We prove that there exist infinitely many coprime numbers $a$, $b$, $c$ with $a+b=c$ and $c>\operatorname{rad}(abc)\exp(6.563\sqrt{\log c}/\log\log c)$. These are the most extremal examples currently known in the $abc$ conjecture, thereby providing a new lower bound on the tightest possible form of the conjecture. This builds on work of van Frankenhuysen (1999) whom proved the existence of examples satisfying the above bound with the constant $6.068$ in place of $6.563$. We show that the constant $6.563$ may be replaced by $4\sqrt{2\delta/e}$ where $\delta$ is a constant such that all full-rank unimodular lattices of sufficiently large dimension $n$ contain a nonzero vector with $\ell_1$ norm at most $n/\delta$.

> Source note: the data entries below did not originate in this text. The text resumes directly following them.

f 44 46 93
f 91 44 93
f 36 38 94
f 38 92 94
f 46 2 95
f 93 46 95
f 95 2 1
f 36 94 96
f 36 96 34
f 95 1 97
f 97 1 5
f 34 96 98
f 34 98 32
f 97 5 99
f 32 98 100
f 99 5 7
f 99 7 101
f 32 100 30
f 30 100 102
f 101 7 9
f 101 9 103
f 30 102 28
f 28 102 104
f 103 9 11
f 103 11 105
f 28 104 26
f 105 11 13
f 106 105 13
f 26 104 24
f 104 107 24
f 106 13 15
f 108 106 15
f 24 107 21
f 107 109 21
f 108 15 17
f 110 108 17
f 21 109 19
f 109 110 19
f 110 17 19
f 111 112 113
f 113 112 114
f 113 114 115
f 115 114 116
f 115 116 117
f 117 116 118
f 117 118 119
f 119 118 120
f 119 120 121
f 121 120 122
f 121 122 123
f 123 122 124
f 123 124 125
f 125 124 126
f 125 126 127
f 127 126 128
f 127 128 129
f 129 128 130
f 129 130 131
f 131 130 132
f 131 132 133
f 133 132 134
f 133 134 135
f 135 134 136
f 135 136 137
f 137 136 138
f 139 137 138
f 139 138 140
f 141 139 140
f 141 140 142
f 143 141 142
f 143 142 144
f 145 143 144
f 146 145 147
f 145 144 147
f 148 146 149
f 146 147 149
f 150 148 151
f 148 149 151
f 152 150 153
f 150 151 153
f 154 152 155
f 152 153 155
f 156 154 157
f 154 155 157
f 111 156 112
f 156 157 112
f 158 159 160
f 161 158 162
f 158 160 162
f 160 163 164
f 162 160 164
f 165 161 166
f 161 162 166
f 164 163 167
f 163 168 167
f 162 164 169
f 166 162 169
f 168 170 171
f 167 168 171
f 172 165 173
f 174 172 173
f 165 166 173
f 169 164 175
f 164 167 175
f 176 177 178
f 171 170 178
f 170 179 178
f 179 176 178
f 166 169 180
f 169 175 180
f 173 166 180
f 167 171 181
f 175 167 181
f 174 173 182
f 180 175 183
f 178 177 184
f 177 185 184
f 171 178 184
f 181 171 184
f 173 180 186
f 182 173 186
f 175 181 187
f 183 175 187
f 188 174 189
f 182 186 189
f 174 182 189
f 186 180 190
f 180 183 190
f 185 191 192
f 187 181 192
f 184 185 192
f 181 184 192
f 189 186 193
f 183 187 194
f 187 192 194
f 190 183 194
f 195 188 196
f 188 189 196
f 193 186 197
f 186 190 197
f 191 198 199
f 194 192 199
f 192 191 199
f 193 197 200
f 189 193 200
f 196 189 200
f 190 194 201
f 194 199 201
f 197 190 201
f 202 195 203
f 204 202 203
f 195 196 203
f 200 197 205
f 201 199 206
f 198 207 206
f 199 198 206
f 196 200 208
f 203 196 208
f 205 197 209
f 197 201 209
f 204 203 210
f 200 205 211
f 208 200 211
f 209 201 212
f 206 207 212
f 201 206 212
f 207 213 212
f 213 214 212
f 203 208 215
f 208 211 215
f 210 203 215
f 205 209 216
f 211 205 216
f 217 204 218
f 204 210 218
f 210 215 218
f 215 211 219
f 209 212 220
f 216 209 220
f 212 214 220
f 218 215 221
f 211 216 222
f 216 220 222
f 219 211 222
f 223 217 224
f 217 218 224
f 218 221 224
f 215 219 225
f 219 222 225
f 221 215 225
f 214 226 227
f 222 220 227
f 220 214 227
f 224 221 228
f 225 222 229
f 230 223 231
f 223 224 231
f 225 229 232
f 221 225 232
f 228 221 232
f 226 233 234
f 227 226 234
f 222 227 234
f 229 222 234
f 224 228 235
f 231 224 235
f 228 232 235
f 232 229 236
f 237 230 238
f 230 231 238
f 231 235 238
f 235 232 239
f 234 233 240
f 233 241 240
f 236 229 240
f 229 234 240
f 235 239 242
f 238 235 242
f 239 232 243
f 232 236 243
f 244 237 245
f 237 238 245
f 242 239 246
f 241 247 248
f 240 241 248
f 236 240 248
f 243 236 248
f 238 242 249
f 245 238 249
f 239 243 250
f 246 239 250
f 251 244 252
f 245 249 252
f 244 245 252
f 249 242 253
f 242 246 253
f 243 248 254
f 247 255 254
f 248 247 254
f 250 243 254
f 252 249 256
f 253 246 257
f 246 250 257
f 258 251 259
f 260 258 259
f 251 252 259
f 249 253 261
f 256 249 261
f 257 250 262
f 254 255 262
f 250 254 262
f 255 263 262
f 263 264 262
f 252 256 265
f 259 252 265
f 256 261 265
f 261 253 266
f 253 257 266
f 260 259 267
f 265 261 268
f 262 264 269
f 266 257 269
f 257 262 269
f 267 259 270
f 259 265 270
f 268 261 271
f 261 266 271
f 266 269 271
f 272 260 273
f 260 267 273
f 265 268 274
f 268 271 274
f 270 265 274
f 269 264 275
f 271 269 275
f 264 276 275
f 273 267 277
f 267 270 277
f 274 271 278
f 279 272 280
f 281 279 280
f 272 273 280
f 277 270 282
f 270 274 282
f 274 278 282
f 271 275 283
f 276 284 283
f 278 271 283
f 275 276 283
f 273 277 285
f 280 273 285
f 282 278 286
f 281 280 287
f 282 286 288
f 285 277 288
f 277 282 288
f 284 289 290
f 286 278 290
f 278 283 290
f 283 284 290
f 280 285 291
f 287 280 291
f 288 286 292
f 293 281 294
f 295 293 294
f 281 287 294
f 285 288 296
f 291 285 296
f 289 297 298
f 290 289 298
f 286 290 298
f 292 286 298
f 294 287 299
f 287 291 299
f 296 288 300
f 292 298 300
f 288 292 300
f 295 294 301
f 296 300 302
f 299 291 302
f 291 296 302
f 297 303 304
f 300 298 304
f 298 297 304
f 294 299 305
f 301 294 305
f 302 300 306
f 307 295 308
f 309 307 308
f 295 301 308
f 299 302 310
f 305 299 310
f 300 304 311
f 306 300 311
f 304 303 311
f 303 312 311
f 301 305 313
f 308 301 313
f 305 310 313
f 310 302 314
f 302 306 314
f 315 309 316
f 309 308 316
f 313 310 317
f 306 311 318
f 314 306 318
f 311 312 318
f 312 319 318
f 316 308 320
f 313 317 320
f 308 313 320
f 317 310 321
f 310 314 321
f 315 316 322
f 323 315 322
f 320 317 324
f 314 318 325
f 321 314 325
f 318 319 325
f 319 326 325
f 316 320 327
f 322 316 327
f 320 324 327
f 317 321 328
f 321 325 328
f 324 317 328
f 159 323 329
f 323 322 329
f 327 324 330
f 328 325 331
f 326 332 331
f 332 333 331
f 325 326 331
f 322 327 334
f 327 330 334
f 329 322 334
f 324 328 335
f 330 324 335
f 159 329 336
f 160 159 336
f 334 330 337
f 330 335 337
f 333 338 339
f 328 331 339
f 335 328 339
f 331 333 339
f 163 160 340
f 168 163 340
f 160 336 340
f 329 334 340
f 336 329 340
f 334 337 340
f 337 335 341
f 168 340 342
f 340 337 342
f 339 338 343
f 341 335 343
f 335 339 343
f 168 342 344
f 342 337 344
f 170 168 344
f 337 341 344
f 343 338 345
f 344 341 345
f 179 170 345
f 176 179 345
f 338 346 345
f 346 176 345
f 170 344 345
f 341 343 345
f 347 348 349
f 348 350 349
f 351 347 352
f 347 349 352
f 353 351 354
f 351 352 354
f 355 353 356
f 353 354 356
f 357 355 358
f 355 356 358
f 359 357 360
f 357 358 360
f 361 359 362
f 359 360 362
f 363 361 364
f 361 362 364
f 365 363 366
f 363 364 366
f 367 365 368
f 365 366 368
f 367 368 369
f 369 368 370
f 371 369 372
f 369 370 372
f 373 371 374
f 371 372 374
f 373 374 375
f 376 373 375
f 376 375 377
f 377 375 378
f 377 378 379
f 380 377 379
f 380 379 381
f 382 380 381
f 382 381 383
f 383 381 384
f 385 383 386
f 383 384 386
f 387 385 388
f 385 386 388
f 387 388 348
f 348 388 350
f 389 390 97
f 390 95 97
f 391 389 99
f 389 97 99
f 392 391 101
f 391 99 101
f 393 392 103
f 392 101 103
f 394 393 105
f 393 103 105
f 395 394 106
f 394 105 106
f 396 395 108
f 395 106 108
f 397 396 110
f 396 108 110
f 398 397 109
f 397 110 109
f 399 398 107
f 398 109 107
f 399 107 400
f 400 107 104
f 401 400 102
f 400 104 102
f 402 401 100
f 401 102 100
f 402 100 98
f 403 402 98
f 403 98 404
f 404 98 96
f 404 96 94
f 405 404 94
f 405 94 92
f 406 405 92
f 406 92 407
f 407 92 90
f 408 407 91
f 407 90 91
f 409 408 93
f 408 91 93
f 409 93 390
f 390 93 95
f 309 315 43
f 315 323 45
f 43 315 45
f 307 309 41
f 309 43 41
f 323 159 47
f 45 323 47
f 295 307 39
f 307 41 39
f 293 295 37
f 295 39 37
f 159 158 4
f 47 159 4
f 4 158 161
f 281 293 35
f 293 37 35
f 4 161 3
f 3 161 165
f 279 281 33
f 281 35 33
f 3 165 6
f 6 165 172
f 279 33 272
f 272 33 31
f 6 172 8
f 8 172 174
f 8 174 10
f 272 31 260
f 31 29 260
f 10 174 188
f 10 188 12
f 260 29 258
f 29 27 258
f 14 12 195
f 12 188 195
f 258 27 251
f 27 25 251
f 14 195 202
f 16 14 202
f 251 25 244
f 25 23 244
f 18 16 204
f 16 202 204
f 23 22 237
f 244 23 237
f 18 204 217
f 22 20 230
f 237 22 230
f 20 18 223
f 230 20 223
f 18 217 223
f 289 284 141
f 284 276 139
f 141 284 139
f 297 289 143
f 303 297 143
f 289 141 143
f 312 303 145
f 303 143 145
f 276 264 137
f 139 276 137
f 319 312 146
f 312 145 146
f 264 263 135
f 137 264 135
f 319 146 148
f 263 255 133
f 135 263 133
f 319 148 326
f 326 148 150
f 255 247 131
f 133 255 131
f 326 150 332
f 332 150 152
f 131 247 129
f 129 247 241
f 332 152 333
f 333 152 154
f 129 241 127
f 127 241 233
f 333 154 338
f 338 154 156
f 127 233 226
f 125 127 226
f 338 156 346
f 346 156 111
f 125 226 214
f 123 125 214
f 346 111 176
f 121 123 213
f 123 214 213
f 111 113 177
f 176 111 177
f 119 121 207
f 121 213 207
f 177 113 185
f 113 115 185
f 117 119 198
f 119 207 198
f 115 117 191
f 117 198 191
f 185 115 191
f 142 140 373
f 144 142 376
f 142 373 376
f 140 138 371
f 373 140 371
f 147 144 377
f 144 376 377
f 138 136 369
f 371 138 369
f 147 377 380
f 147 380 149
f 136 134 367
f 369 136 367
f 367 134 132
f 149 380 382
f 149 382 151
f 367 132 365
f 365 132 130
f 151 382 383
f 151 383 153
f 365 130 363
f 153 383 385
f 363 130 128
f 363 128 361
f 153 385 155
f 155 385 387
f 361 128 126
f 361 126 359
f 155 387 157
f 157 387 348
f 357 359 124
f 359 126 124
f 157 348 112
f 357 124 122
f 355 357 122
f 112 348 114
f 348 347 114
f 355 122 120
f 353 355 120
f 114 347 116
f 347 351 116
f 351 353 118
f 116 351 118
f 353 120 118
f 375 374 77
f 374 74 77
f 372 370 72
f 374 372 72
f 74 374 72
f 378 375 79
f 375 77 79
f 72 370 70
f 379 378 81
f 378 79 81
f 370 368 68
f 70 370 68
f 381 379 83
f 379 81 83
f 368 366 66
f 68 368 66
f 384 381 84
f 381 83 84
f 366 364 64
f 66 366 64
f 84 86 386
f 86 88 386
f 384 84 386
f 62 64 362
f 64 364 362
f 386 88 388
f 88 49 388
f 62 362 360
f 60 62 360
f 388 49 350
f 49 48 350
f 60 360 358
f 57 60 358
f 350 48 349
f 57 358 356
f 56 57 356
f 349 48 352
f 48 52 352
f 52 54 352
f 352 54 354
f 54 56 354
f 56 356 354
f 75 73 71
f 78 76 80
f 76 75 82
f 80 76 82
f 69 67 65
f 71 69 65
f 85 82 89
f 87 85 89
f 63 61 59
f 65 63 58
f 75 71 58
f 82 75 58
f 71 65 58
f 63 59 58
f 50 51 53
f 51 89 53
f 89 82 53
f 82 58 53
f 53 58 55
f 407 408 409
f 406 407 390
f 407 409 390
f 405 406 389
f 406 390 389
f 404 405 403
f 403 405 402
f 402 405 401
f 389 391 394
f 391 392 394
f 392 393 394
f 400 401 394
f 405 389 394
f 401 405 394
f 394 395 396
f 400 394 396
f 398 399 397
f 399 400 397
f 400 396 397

翻译：我们证明了存在无穷多互素的三元组$(a,b,c)$满足$a+b=c$且$c>\operatorname{rad}(abc)\exp(6.563\sqrt{\log c}/\log\log c)$。这些是目前$abc$猜想中已知的最极端例子，从而为该猜想最紧致形式提供了一个新的下界。该结果基于van Frankenhuysen (1999)的工作，他证明了存在满足上述不等式的例子，其中常数$6.563$被替换为$6.068$。我们指出常数$6.563$可替换为$4\sqrt{2\delta/e}$，其中$\delta$是使得所有充分大维数$n$的满秩幺模格均包含一个$\ell_1$范数不超过$n/\delta$的非零向量的常数。